Staff Reporter
DIMAPUR, MAY 19
Acute shortage of manpower continues to afflict the state’s much maligned department of Excise, despite its status as one of the oldest, if not the oldest, machineries of the state government with a history that dates back to the days of the British Raj.
Regardless of such history, and a herculean task of enforcing the dry law since 1989, the state’s Excise department today has only 264 armed personnel, with 231 of them in the constable rank. With this ‘strength’ Nagaland pretends to wage war on illegal liquor, drugs and other intoxicative substances.
On Tuesday, the newly assigned parliamentary secretary of Excise, BS Nganglang was briefed of this anomaly, along with others, by the commissioner of Excise, Maongwati Aier here in Dimapur. With the establishment of Excise offices in all of the eleven districts, six sub-divisional offices and four check posts, the department is unable to provide minimum required strength in each of the offices, the parliamentary secretary was told.

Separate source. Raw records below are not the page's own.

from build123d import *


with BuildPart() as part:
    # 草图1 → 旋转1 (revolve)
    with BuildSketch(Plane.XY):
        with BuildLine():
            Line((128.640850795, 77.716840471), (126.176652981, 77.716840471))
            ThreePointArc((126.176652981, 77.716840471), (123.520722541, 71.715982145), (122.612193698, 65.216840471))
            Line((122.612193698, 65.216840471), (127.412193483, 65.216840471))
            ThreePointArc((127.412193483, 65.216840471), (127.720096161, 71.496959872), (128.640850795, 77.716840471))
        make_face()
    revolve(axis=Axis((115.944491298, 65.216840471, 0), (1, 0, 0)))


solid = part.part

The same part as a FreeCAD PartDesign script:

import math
import FreeCAD as App
import Part
import Sketcher

V = App.Vector
Q = App.Units.Quantity

doc = App.newDocument("Part")
body = doc.addObject("PartDesign::Body", "Body")

sketch1 = doc.addObject("Sketcher::SketchObject", "Sketch")
body.addObject(sketch1)
sketch1.AttachmentSupport = (doc.XY_Plane, [""])
sketch1.MapMode = "FlatFace"
sketch1.addGeometry(Part.LineSegment(V(128.640851, 77.71684, 0), V(126.176653, 77.71684, 0)), False)
sketch1.addGeometry(Part.ArcOfCircle(Part.Circle(V(146.312194, 65.21684, 0), V(0, 0, 1), 23.7), math.radians(148.168285), math.radians(180)), False)
sketch1.addGeometry(Part.LineSegment(V(122.612194, 65.21684, 0), V(127.412193, 65.21684, 0)), False)
sketch1.addGeometry(Part.ArcOfCircle(Part.Circle(V(191.612194, 65.21684, 0), V(0, 0, 1), 64.2), math.radians(168.772564), math.radians(180)), False)
sketch1.addGeometry(Part.LineSegment(V(122.612194, 65.21684, 0), V(191.612194, 65.21684, 0)), True)
sketch1.addConstraint(Sketcher.Constraint("Coincident", 0, 2, 1, 1))
sketch1.addConstraint(Sketcher.Constraint("Coincident", 1, 2, 2, 1))
sketch1.addConstraint(Sketcher.Constraint("Coincident", 2, 2, 3, 2))
sketch1.addConstraint(Sketcher.Constraint("Coincident", 3, 1, 0, 1))
sketch1.addConstraint(Sketcher.Constraint("Horizontal", 0))
sketch1.addConstraint(Sketcher.Constraint("Horizontal", 2))
sketch1.addConstraint(Sketcher.Constraint("Horizontal", 4))
sketch1.addConstraint(Sketcher.Constraint("Coincident", 4, 1, 1, 2))
sketch1.addConstraint(Sketcher.Constraint("Coincident", 4, 2, 3, 3))
sketch1.addConstraint(Sketcher.Constraint("Horizontal", 1, 3, 3, 3))
sketch1.addConstraint(Sketcher.Constraint("Radius", 1, Q("23.7 mm")))
sketch1.addConstraint(Sketcher.Constraint("Radius", 3, Q("64.2 mm")))
sketch1.addConstraint(Sketcher.Constraint("DistanceX", 4, 1, 4, 2, Q("69 mm")))
sketch1.addConstraint(Sketcher.Constraint("DistanceY", 1, 3, 0, 2, Q("12.5 mm")))
sketch1.addConstraint(Sketcher.Constraint("DistanceY", -1, 1, 1, 3, Q("65.21684 mm")))
sketch1.addConstraint(Sketcher.Constraint("DistanceX", -1, 1, 3, 1, Q("128.640851 mm")))
revolution = doc.addObject("PartDesign::Revolution", "Revolution")
body.addObject(revolution)
revolution.Profile = sketch1
revolution.ReferenceAxis = (sketch1, ["Axis0"])
revolution.Angle = 360

doc.recompute()
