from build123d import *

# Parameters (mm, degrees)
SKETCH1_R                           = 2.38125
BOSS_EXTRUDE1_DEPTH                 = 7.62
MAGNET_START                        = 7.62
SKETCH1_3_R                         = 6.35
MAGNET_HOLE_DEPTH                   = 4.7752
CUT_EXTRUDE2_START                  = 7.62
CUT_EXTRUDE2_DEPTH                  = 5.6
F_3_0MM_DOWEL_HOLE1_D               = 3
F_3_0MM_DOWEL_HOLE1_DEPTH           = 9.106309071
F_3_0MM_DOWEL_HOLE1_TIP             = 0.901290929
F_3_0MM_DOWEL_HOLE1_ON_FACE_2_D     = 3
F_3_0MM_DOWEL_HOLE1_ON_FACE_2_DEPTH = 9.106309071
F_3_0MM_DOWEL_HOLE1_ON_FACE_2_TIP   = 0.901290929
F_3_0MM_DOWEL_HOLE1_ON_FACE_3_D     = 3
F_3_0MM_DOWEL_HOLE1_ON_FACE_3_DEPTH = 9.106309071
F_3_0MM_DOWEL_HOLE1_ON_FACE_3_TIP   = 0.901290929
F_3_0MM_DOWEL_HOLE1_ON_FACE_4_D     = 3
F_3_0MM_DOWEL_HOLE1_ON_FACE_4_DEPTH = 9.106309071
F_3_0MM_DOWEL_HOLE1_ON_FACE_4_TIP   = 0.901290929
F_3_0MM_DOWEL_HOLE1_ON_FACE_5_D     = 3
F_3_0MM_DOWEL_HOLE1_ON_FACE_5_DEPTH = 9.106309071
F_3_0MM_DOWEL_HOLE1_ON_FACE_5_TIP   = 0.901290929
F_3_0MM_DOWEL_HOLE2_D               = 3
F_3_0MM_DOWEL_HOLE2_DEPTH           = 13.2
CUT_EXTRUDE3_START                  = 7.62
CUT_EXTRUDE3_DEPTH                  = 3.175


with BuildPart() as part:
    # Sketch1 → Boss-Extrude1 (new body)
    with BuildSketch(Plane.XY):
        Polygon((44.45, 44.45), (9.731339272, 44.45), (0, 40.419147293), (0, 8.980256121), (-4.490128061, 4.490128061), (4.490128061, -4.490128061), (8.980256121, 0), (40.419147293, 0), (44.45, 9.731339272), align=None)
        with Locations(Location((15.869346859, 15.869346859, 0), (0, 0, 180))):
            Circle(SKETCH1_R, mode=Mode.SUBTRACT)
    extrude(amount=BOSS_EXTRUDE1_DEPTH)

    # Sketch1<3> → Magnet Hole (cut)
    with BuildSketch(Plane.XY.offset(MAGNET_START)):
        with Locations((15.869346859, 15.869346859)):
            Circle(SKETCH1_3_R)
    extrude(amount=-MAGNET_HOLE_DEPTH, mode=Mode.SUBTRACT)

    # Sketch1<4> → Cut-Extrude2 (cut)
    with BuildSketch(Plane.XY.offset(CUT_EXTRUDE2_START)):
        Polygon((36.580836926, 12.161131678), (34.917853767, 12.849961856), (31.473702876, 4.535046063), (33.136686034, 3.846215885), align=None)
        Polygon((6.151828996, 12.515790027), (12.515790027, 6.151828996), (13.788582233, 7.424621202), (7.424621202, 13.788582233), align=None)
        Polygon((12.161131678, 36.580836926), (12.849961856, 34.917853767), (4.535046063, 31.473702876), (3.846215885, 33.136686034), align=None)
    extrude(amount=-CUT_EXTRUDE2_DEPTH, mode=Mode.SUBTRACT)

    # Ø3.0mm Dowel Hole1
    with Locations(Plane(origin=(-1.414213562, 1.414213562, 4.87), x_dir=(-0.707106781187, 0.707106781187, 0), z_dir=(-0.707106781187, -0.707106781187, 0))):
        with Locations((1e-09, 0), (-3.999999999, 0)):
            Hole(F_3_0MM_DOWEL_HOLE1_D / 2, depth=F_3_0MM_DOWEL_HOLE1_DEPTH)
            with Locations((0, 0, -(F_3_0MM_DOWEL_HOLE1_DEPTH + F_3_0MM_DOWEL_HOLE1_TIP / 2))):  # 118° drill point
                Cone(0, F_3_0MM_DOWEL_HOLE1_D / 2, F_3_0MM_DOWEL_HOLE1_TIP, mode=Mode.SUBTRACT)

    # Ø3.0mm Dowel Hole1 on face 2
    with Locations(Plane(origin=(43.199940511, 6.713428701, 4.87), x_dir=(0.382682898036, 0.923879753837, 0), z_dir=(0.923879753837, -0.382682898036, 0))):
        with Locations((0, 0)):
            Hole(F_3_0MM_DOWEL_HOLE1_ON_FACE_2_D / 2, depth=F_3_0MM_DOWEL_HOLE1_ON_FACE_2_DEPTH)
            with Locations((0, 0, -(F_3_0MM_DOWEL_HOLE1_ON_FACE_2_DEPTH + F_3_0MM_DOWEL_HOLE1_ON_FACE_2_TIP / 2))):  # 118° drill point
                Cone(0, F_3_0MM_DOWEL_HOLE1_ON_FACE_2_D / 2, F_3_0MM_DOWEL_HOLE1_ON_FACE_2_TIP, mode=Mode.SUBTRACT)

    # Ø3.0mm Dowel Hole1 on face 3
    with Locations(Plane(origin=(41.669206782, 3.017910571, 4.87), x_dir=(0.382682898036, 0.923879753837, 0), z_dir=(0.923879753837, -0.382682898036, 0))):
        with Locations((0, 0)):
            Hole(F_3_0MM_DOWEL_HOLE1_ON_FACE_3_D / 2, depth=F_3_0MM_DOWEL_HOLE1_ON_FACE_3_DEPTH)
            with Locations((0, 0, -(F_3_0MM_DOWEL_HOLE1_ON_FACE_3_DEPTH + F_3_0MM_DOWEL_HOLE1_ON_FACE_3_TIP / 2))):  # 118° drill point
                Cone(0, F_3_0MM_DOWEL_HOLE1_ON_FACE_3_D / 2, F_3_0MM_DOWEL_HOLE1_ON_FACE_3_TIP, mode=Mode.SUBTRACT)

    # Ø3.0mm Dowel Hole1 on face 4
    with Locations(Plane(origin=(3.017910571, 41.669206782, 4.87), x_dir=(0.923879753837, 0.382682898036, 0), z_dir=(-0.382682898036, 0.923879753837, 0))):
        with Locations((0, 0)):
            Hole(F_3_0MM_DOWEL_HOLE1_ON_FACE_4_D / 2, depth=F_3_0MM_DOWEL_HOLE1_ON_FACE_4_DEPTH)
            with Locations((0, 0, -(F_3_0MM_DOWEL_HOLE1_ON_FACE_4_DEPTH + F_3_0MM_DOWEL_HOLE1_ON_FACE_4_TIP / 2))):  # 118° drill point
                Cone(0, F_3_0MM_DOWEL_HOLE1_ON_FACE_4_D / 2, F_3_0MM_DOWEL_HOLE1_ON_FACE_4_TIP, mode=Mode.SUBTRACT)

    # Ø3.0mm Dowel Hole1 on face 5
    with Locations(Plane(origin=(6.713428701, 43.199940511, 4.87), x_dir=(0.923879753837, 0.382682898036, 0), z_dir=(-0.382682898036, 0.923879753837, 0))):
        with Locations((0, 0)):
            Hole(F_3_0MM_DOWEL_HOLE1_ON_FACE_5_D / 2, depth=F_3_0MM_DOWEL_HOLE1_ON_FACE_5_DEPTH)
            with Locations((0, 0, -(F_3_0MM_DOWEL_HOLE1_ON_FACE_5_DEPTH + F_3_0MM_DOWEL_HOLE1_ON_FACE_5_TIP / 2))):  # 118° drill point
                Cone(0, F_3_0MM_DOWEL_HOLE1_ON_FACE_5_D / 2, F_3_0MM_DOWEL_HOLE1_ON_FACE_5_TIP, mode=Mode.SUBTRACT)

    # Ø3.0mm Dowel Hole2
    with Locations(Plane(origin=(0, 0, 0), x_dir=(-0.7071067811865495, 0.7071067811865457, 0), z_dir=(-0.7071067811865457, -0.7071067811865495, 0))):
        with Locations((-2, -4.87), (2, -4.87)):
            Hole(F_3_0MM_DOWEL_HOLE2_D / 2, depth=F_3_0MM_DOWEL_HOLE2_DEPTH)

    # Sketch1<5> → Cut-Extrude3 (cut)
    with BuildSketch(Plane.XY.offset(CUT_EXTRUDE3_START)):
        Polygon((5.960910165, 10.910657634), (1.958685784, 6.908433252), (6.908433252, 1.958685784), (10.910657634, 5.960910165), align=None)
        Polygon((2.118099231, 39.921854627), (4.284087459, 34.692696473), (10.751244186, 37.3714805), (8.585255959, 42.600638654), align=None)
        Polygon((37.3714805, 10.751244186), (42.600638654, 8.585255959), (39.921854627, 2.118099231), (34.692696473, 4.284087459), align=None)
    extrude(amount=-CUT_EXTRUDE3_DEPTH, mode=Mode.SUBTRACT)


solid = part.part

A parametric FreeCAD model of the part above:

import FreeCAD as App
import Part
import Sketcher

V = App.Vector
Q = App.Units.Quantity


def add_polygon(sketch, points):
    """Adds a closed chain of lines whose ends are joined by coincident constraints."""
    first, n = sketch.GeometryCount, len(points)
    for a, b in zip(points, points[1:] + points[:1]):
        sketch.addGeometry(Part.LineSegment(App.Vector(*a, 0), App.Vector(*b, 0)), False)
    for i in range(n):
        sketch.addConstraint(Sketcher.Constraint("Coincident", first + i, 2, first + (i + 1) % n, 1))

doc = App.newDocument("Part")
body = doc.addObject("PartDesign::Body", "Body")

# Sketch on XY plane
sketch1 = body.newObject("Sketcher::SketchObject", "Sketch")
sketch1.AttachmentSupport = (doc.getObject("XY_Plane"), [""])
sketch1.MapMode = "FlatFace"
add_polygon(sketch1, [(44.5, 44.5), (9.7, 44.5), (0, 40.4), (0, 9), (-4.5, 4.5), (4.5, -4.5), (9, 0), (40.4, 0), (44.5, 9.7)])  # lines 0-8
sketch1.addGeometry(Part.Circle(V(15.9, 15.9, 0), V(0, 0, 1), 2.4), False)  # 9
sketch1.addConstraint([
    Sketcher.Constraint("Horizontal", 0),
    Sketcher.Constraint("Vertical", 2),
    Sketcher.Constraint("Horizontal", 6),
    Sketcher.Constraint("Vertical", 8),
    Sketcher.Constraint("Symmetric", 3, 2, 4, 2, -1, 1),
    Sketcher.Constraint("PointOnObject", 1, 2, -2),
    Sketcher.Constraint("PointOnObject", 5, 2, -1),
    Sketcher.Constraint("Perpendicular", 3, 4),
    Sketcher.Constraint("Perpendicular", 4, 5),
    Sketcher.Constraint("Equal", 6, 2),
    Sketcher.Constraint("Equal", 0, 8),
    Sketcher.Constraint("Equal", 3, 5),
    Sketcher.Constraint("Equal", 1, 7),
    Sketcher.Constraint("Angle", 1, Q("-157.5 deg")),
    Sketcher.Constraint("Distance", 4, 12.7),
    Sketcher.Constraint("Diameter", 9, 4.7625),
    Sketcher.Constraint("DistanceY", -1, 1, 0, 2, 44.45),
    Sketcher.Constraint("DistanceX", 0, 2, 0, 1, 34.718661),
    Sketcher.Constraint("DistanceY", 9, 3, 1, 2, 24.5498),
    Sketcher.Constraint("DistanceX", 9, 3, 6, 2, 24.5498),
])
pad1 = body.newObject("PartDesign::Pad", "Pad")
pad1.Profile = sketch1
pad1.Length = 7.62

# Sketch on XY plane
sketch2 = body.newObject("Sketcher::SketchObject", "Sketch001")
sketch2.AttachmentSupport = (doc.getObject("XY_Plane"), [""])
sketch2.MapMode = "FlatFace"
sketch2.AttachmentOffset = App.Placement(V(0, 0, 7.62), App.Rotation())
sketch2.addGeometry(Part.Circle(V(16, 16, 0), V(0, 0, 1), 6), False)
sketch2.addConstraint([
    Sketcher.Constraint("Diameter", 0, 12.7),
    Sketcher.Constraint("DistanceX", -1, 1, 0, 3, 15.869347),
    Sketcher.Constraint("DistanceY", -1, 1, 0, 3, 15.869347),
])
pocket1 = body.newObject("PartDesign::Pocket", "Pocket")
pocket1.Profile = sketch2
pocket1.Length = 4.7752

# Sketch on XY plane
sketch3 = body.newObject("Sketcher::SketchObject", "Sketch002")
sketch3.AttachmentSupport = (doc.getObject("XY_Plane"), [""])
sketch3.MapMode = "FlatFace"
sketch3.AttachmentOffset = App.Placement(V(0, 0, 7.62), App.Rotation())
add_polygon(sketch3, [(36.6, 12.2), (34.9, 12.8), (31.5, 4.5), (33.1, 3.8)])  # lines 0-3
add_polygon(sketch3, [(6.2, 12.5), (12.5, 6.2), (13.8, 7.4), (7.4, 13.8)])  # lines 4-7
add_polygon(sketch3, [(12.8, 34.9), (12.2, 36.6), (3.8, 33.1), (4.5, 31.5)])  # lines 8-11
sketch3.addConstraint([
    Sketcher.Constraint("Perpendicular", 0, 1),
    Sketcher.Constraint("Perpendicular", 1, 2),
    Sketcher.Constraint("Perpendicular", 2, 3),
    Sketcher.Constraint("Perpendicular", 4, 5),
    Sketcher.Constraint("Perpendicular", 5, 6),
    Sketcher.Constraint("Perpendicular", 6, 7),
    Sketcher.Constraint("Perpendicular", 8, 9),
    Sketcher.Constraint("Perpendicular", 9, 10),
    Sketcher.Constraint("Perpendicular", 10, 11),
    Sketcher.Constraint("Equal", 3, 4),
    Sketcher.Constraint("Equal", 2, 5),
    Sketcher.Constraint("Equal", 7, 8),
    Sketcher.Constraint("Equal", 6, 9),
    Sketcher.Constraint("Angle", 4, Q("-45 deg")),
    Sketcher.Constraint("Distance", 1, 9.0),
    Sketcher.Constraint("Angle", 0, Q("157.5 deg")),
    Sketcher.Constraint("Angle", 8, Q("112.5 deg")),
    Sketcher.Constraint("Distance", 0, 1.8),
    Sketcher.Constraint("DistanceY", -1, 1, 0, 2, 12.849962),
    Sketcher.Constraint("DistanceX", -1, 1, 4, 2, 12.51579),
    Sketcher.Constraint("DistanceY", -1, 1, 4, 2, 6.151829),
    Sketcher.Constraint("DistanceX", -1, 1, 8, 2, 12.161132),
    Sketcher.Constraint("DistanceX", 5, 2, 1, 2, 17.685121),
    Sketcher.Constraint("DistanceY", 6, 2, 10, 2, 17.685121),
])
pocket2 = body.newObject("PartDesign::Pocket", "Pocket001")
pocket2.Profile = sketch3
pocket2.Length = 5.6

# Sketch on an angled plane
sketch4 = body.newObject("Sketcher::SketchObject", "Sketch003")
sketch4.Placement = App.Placement(V(0, 0, 0), App.Rotation(V(-0.707106781, 0.707106781, 0), V(0, 0, -0.999999999), V(-0.707106781, -0.707106781, 0), "ZXY"))
sketch4.addGeometry([
    Part.Circle(V(2, -4.9, 0), V(0, 0, 1), 1.5),
    Part.Circle(V(-2, -4.9, 0), V(0, 0, 1), 1.5),
], False)
sketch4.addConstraint([
    Sketcher.Constraint("Equal", 0, 1),
    Sketcher.Constraint("Symmetric", 0, 3, 1, 3, -2),
    Sketcher.Constraint("Diameter", 0, 3.0),
    Sketcher.Constraint("DistanceX", -1, 1, 0, 3, 2.0),
    Sketcher.Constraint("DistanceY", 0, 3, -1, 1, 4.87),
])
doc.recompute()
hole = body.newObject("PartDesign::Hole", "Hole")
hole.Profile = sketch4
hole.ThreadType = "None"
hole.Diameter = 3
hole.DepthType = "Dimension"
hole.Depth = 9.106309
hole.DrillPoint = "Angled"
hole.DrillPointAngle = 118

# Sketch on an angled plane
sketch5 = body.newObject("Sketcher::SketchObject", "Sketch004")
sketch5.Placement = App.Placement(V(34.499921, -14.290312, 0), App.Rotation(V(0.382682898, 0.923879754, 0), V(0, 0, 1), V(0.923879754, -0.382682898, 0), "ZXY"))
sketch5.addGeometry(Part.Circle(V(22.7, 4.9, 0), V(0, 0, 1), 1.5), False)
sketch5.addConstraint([
    Sketcher.Constraint("Diameter", 0, 3.0),
    Sketcher.Constraint("DistanceY", -1, 1, 0, 3, 4.87),
    Sketcher.Constraint("DistanceX", -1, 1, 0, 3, 22.734279),
])
doc.recompute()
hole2 = body.newObject("PartDesign::Hole", "Hole001")
hole2.Profile = sketch5
hole2.ThreadType = "None"
hole2.Diameter = 3
hole2.DepthType = "Dimension"
hole2.Depth = 9.106309
hole2.DrillPoint = "Angled"
hole2.DrillPointAngle = 118

# Sketch on an angled plane
sketch6 = body.newObject("Sketcher::SketchObject", "Sketch005")
sketch6.Placement = App.Placement(V(34.499918, -14.290311, 0), App.Rotation(V(0.382682898, 0.923879754, 0), V(0, 0, 1), V(0.923879754, -0.382682898, 0), "ZXY"))
sketch6.addGeometry(Part.Circle(V(18.7, 4.9, 0), V(0, 0, 1), 1.5), False)
sketch6.addConstraint([
    Sketcher.Constraint("Diameter", 0, 3.0),
    Sketcher.Constraint("DistanceY", -1, 1, 0, 3, 4.87),
    Sketcher.Constraint("DistanceX", -1, 1, 0, 3, 18.734279),
])
doc.recompute()
hole3 = body.newObject("PartDesign::Hole", "Hole002")
hole3.Profile = sketch6
hole3.ThreadType = "None"
hole3.Diameter = 3
hole3.DepthType = "Dimension"
hole3.Depth = 9.106309
hole3.DrillPoint = "Angled"
hole3.DrillPointAngle = 118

“During the year 2011, the government had approved creation of 3 Excise district offices in Longleng, Kiphire and Peren (respectively). However only 6 posts of constable have been created for the 3 districts, which is far below the minimum requirement in each district.”
Aier proposed the parliamentary secretary to facilitate the creation 50 more posts of Excise constables, 3 posts of Superintendent of Excise and upgrade of 9 Inspectors to Deputy Superintendent of Excise, to boost the present strength.
The parliamentary secretary, BS Nganglang, in his brief address stated that the Excise department had been “sidelined” over the years by subsequent governments because of the “short-sighted interpretation of by government.”
He said that it was a mistake of the government to “assume” that the introduction of dry law would render the “Excise department jobless.”
Nganglang felt that the problems faced by the state Excise department today were due to the “initial steps taken by the government of the day, which went wrong.”
He also asked his department officers to ensure that “nobody is discriminated” in matters of transfer and posting. “Some (employees) always work at the directorate while some are treated as if they were born to be posted at remote areas,” he observed.